— Supplied material —
Start of Block

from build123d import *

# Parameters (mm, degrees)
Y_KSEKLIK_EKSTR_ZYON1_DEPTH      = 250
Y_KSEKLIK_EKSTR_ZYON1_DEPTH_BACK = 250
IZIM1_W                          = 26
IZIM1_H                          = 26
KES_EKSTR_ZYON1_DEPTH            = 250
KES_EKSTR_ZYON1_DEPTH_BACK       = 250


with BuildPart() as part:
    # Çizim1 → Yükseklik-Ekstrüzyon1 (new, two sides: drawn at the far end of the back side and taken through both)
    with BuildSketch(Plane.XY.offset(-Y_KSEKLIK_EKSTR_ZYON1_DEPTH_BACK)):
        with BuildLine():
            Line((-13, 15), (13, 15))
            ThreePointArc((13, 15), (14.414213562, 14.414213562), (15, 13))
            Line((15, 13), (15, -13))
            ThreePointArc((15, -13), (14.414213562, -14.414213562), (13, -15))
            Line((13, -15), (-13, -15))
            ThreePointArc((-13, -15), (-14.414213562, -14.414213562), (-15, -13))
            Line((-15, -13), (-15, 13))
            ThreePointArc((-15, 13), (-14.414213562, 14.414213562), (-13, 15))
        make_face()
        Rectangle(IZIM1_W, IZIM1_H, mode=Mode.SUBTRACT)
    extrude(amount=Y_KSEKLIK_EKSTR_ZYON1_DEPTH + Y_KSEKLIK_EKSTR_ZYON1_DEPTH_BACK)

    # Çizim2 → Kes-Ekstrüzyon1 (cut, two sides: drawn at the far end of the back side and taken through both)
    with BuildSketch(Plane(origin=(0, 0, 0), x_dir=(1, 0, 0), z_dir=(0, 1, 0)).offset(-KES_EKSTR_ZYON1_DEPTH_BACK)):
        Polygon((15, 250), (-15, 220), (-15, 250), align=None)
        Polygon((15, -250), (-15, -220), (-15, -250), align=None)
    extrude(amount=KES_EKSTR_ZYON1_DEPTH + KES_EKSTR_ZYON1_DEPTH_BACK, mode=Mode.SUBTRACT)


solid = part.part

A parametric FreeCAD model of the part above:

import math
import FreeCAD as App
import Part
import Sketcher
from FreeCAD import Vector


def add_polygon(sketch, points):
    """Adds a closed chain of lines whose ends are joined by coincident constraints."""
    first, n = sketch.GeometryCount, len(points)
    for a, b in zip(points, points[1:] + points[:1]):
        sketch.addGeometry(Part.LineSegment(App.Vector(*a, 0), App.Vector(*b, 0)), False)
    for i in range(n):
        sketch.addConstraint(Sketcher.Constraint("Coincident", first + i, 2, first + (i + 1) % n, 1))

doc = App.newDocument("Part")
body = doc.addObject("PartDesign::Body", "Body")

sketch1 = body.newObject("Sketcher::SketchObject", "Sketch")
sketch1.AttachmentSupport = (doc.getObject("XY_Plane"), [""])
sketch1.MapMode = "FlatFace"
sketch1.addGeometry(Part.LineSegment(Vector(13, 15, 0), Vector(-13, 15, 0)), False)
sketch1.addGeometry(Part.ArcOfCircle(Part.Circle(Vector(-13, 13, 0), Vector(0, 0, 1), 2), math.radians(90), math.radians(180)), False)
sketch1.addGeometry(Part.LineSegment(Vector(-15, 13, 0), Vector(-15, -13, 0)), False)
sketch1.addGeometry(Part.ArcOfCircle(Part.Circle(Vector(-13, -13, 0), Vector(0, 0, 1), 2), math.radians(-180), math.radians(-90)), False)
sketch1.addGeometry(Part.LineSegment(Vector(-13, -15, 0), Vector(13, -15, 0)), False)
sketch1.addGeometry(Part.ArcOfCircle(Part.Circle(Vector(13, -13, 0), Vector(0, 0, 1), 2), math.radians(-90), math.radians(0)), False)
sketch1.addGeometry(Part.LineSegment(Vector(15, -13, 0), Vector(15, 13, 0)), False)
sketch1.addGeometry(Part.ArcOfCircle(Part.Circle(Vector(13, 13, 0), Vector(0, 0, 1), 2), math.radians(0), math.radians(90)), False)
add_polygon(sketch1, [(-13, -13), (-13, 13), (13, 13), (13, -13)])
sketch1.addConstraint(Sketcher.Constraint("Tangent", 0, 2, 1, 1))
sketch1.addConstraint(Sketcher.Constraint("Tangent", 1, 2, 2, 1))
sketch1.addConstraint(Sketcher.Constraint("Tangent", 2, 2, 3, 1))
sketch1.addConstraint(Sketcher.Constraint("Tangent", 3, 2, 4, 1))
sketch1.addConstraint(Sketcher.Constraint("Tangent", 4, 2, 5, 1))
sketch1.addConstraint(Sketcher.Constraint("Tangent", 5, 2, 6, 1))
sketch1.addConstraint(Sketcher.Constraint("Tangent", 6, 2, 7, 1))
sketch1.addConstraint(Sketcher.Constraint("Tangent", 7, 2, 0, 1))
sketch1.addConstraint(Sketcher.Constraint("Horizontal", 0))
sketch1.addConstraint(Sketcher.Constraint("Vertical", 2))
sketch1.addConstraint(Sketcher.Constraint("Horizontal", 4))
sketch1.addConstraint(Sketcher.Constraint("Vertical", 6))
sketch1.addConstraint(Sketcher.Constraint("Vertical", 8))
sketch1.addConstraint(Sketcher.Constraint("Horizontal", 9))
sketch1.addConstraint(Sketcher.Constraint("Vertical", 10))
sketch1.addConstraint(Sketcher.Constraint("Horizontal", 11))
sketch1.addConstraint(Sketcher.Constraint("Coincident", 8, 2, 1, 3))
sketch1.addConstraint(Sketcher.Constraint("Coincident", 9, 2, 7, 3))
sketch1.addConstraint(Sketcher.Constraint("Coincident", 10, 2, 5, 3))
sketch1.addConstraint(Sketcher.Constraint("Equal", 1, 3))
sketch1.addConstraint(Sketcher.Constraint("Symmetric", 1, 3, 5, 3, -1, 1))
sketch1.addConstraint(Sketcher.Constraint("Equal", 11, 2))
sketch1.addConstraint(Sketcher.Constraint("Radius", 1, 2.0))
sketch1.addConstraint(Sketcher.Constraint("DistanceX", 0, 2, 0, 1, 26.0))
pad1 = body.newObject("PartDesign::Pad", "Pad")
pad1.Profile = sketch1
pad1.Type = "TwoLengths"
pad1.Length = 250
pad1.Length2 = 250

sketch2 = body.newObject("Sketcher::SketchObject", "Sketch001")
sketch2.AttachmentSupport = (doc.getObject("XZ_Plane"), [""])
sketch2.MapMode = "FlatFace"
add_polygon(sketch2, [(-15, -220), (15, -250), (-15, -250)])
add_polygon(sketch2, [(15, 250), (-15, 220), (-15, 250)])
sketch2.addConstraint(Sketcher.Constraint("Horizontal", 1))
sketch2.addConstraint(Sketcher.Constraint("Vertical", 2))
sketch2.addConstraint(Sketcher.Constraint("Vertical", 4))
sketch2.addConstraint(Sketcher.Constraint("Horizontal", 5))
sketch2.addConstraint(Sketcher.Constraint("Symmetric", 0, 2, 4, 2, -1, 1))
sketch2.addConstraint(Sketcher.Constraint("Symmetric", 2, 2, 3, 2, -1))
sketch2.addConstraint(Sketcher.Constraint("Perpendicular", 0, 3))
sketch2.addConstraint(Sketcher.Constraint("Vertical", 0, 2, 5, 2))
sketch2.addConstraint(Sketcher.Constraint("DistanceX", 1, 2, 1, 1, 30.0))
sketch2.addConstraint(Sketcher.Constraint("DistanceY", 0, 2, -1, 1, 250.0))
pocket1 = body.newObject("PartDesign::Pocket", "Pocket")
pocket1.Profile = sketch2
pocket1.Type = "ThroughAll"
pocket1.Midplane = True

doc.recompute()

End of Block

— Task brief —
Using the material above, count the lines containing the word "ThreePointArc". Reply with the number alone.

— Exercise output —
4